[DATASET EXTRACT Boundary: Start]
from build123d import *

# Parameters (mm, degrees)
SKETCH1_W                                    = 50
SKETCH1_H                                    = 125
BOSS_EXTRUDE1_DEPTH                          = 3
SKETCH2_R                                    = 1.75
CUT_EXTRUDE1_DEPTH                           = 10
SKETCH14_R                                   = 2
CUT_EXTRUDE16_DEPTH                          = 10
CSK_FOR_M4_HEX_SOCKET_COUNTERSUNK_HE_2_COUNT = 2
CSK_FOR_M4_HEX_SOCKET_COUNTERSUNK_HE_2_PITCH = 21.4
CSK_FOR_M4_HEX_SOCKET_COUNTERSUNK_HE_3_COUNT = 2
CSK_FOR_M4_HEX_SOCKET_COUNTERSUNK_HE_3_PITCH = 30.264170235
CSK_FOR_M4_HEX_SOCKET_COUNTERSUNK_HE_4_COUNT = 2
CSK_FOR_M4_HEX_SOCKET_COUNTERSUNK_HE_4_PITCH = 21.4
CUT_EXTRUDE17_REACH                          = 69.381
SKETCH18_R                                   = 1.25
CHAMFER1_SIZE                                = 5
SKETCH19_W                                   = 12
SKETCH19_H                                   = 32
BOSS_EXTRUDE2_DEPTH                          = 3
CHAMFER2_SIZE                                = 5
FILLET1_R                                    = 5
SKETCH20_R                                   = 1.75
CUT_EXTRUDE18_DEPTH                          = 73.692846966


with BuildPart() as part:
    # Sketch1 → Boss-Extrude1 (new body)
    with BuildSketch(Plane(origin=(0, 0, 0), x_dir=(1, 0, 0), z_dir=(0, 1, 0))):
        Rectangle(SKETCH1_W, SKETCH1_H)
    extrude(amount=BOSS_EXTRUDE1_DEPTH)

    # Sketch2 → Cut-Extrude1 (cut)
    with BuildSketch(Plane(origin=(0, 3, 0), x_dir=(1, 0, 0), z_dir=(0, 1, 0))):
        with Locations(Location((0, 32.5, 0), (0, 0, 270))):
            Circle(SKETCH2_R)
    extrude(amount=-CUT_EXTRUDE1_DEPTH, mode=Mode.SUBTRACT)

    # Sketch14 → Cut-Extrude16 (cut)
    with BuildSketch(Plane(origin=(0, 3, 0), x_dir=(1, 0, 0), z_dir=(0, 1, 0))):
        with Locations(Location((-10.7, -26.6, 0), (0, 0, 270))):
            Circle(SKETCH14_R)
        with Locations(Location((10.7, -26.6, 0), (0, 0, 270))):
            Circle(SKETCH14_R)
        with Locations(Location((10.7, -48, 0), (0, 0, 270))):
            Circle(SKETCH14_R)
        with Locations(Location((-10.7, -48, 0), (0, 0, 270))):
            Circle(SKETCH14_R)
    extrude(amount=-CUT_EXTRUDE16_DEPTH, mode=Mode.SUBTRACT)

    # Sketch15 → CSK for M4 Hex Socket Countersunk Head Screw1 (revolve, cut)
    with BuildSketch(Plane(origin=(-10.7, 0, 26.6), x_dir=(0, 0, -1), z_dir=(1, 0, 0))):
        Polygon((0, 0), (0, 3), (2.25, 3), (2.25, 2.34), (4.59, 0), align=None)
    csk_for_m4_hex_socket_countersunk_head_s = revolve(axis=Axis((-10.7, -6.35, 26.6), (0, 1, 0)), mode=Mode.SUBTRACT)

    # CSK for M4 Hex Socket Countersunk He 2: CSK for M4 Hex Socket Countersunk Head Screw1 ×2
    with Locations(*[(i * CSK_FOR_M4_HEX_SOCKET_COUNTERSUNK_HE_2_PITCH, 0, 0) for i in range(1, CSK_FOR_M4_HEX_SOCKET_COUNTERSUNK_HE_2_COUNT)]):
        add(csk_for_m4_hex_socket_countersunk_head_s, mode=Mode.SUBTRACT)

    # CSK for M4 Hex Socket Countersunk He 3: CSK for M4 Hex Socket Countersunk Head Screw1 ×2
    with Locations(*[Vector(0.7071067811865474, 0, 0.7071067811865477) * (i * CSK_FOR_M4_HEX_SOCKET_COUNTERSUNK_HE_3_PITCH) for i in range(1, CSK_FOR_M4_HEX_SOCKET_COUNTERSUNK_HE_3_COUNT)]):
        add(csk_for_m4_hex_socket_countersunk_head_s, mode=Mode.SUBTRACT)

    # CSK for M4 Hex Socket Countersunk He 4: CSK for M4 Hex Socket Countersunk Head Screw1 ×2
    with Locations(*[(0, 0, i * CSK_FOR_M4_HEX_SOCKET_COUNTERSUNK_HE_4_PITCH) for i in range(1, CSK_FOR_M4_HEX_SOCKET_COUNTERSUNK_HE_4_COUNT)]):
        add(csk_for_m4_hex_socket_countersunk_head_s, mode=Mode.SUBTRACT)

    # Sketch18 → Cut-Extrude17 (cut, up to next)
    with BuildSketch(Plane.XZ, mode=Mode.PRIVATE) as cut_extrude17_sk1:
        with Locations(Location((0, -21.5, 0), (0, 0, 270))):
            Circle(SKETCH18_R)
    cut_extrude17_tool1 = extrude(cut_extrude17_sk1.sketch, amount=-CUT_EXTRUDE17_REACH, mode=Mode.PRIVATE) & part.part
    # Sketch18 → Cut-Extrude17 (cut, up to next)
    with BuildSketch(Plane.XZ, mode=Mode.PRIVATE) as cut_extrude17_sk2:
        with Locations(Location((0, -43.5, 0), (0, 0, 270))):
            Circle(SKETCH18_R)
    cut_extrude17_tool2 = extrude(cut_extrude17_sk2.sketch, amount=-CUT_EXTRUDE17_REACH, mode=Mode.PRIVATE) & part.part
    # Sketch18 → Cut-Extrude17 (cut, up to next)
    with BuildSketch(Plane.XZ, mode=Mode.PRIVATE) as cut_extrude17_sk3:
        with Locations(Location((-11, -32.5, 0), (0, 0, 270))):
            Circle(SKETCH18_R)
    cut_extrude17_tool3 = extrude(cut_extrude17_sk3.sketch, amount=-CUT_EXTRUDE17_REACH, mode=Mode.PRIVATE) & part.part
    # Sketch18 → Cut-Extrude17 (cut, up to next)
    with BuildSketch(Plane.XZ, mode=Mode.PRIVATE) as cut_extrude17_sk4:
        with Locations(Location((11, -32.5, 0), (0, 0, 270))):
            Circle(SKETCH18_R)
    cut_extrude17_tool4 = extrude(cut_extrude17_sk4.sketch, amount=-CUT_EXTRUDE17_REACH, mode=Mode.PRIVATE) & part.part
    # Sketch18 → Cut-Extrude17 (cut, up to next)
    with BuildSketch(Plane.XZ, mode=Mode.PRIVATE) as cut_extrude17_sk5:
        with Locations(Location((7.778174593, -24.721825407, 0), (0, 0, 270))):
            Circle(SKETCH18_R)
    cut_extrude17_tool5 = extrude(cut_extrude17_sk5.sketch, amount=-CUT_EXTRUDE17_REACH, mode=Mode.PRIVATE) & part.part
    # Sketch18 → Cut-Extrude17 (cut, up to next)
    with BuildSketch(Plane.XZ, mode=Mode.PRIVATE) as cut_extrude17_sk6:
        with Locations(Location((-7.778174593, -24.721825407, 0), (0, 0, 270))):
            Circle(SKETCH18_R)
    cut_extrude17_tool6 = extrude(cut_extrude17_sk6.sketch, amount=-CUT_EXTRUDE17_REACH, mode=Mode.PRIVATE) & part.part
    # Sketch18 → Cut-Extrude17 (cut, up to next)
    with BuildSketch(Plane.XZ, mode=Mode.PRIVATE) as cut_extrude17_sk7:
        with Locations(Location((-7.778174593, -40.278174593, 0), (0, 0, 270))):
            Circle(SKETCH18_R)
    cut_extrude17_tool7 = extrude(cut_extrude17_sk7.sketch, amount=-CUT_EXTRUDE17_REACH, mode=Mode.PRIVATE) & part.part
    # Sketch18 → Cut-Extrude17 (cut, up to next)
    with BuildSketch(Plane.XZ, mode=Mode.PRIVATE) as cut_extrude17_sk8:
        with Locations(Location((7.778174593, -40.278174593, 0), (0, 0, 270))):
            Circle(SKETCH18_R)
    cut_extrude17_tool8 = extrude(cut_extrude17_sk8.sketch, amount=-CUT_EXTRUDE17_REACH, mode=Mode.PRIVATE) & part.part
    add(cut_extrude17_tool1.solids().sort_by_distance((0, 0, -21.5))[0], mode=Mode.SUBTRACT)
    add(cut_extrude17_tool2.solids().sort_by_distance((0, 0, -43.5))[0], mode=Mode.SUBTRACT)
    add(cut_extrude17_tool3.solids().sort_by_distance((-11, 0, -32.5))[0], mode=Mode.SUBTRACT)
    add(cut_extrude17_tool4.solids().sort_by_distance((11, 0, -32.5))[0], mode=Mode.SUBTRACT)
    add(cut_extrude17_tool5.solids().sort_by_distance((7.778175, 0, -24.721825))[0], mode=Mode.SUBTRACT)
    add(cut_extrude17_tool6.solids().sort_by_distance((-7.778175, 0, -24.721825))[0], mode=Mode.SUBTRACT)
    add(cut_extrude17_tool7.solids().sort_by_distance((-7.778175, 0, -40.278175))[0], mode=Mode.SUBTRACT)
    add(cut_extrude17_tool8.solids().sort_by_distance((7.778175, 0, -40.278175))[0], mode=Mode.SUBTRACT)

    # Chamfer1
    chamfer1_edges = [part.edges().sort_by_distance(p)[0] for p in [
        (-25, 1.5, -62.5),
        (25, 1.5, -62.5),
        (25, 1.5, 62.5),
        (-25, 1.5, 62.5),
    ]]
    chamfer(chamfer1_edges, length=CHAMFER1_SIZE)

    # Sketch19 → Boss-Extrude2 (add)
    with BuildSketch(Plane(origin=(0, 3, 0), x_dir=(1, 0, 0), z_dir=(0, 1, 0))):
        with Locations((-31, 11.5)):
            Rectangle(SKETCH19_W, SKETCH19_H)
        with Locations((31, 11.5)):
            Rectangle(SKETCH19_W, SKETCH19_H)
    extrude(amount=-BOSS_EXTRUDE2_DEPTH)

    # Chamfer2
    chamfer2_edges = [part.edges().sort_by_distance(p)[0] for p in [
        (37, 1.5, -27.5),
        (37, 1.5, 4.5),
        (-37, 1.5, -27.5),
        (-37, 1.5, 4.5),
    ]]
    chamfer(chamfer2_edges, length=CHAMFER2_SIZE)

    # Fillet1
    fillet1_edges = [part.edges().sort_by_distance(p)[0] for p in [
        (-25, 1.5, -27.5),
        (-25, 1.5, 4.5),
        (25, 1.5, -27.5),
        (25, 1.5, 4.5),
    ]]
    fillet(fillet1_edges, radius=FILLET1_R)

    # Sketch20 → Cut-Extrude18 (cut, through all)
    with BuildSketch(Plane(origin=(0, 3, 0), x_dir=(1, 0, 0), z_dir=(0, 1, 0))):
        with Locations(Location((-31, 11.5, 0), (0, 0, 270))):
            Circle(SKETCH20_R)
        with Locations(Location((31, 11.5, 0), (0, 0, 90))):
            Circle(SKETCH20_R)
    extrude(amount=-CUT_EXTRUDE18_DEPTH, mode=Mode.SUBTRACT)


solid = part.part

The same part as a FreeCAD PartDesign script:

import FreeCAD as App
import Part
import Sketcher
from FreeCAD import Vector
Q = App.Units.Quantity


def edges_at(feature, points):
    """Names of the edges that pass closest to the given points."""
    edges = feature.Shape.Edges
    near = lambda p: min(range(len(edges)), key=lambda i: edges[i].distToShape(Part.Vertex(*p))[0])
    return sorted({f"Edge{near(p) + 1}" for p in points})


def add_polygon(sketch, points):
    """Adds a closed chain of lines whose ends are joined by coincident constraints."""
    first, n = sketch.GeometryCount, len(points)
    for a, b in zip(points, points[1:] + points[:1]):
        sketch.addGeometry(Part.LineSegment(App.Vector(*a, 0), App.Vector(*b, 0)), False)
    for i in range(n):
        sketch.addConstraint(Sketcher.Constraint("Coincident", first + i, 2, first + (i + 1) % n, 1))

doc = App.newDocument("Part")
body = doc.addObject("PartDesign::Body", "Body")

sketch1 = doc.addObject("Sketcher::SketchObject", "Sketch")
body.addObject(sketch1)
sketch1.AttachmentSupport = (doc.XZ_Plane, [""])
sketch1.MapMode = "FlatFace"
add_polygon(sketch1, [(-25, -62), (-25, 62), (25, 62), (25, -62)])
sketch1.addConstraint([
    Sketcher.Constraint("Vertical", 0),
    Sketcher.Constraint("Horizontal", 1),
    Sketcher.Constraint("Vertical", 2),
    Sketcher.Constraint("Horizontal", 3),
    Sketcher.Constraint("Symmetric", 0, 2, 2, 2, -1, 1),
    Sketcher.Constraint("DistanceX", 1, 1, 1, 2, 50.0),
    Sketcher.Constraint("DistanceY", 0, 1, 0, 2, 125.0),
])
pad1 = doc.addObject("PartDesign::Pad", "Pad")
body.addObject(pad1)
pad1.Profile = sketch1
pad1.Length = 3
pad1.Reversed = True

sketch2 = doc.addObject("Sketcher::SketchObject", "Sketch001")
body.addObject(sketch2)
sketch2.AttachmentSupport = (doc.XZ_Plane, [""])
sketch2.MapMode = "FlatFace"
sketch2.AttachmentOffset = App.Placement(Vector(0, 0, -3), App.Rotation())
sketch2.addGeometry(Part.Circle(Vector(0, -32.5, 0), Vector(0, 0, 1), 1.8), False)
sketch2.addConstraint([
    Sketcher.Constraint("PointOnObject", 0, 3, -2),
    Sketcher.Constraint("Diameter", 0, 3.5),
    Sketcher.Constraint("DistanceY", 0, 3, -1, 1, 32.5),
])
pocket1 = doc.addObject("PartDesign::Pocket", "Pocket")
body.addObject(pocket1)
pocket1.Profile = sketch2
pocket1.Length = 10
pocket1.Reversed = True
[DATASET EXTRACT Boundary: End]
Nothing beyond the line that contains "Circle(SKETCH2_R)" belongs in the answer; reproduce the entries exactly from their first line through it.

from build123d import *

# Parameters (mm, degrees)
SKETCH1_W                                    = 50
SKETCH1_H                                    = 125
BOSS_EXTRUDE1_DEPTH                          = 3
SKETCH2_R                                    = 1.75
CUT_EXTRUDE1_DEPTH                           = 10
SKETCH14_R                                   = 2
CUT_EXTRUDE16_DEPTH                          = 10
CSK_FOR_M4_HEX_SOCKET_COUNTERSUNK_HE_2_COUNT = 2
CSK_FOR_M4_HEX_SOCKET_COUNTERSUNK_HE_2_PITCH = 21.4
CSK_FOR_M4_HEX_SOCKET_COUNTERSUNK_HE_3_COUNT = 2
CSK_FOR_M4_HEX_SOCKET_COUNTERSUNK_HE_3_PITCH = 30.264170235
CSK_FOR_M4_HEX_SOCKET_COUNTERSUNK_HE_4_COUNT = 2
CSK_FOR_M4_HEX_SOCKET_COUNTERSUNK_HE_4_PITCH = 21.4
CUT_EXTRUDE17_REACH                          = 69.381
SKETCH18_R                                   = 1.25
CHAMFER1_SIZE                                = 5
SKETCH19_W                                   = 12
SKETCH19_H                                   = 32
BOSS_EXTRUDE2_DEPTH                          = 3
CHAMFER2_SIZE                                = 5
FILLET1_R                                    = 5
SKETCH20_R                                   = 1.75
CUT_EXTRUDE18_DEPTH                          = 73.692846966


with BuildPart() as part:
    # Sketch1 → Boss-Extrude1 (new body)
    with BuildSketch(Plane(origin=(0, 0, 0), x_dir=(1, 0, 0), z_dir=(0, 1, 0))):
        Rectangle(SKETCH1_W, SKETCH1_H)
    extrude(amount=BOSS_EXTRUDE1_DEPTH)

    # Sketch2 → Cut-Extrude1 (cut)
    with BuildSketch(Plane(origin=(0, 3, 0), x_dir=(1, 0, 0), z_dir=(0, 1, 0))):
        with Locations(Location((0, 32.5, 0), (0, 0, 270))):
            Circle(SKETCH2_R)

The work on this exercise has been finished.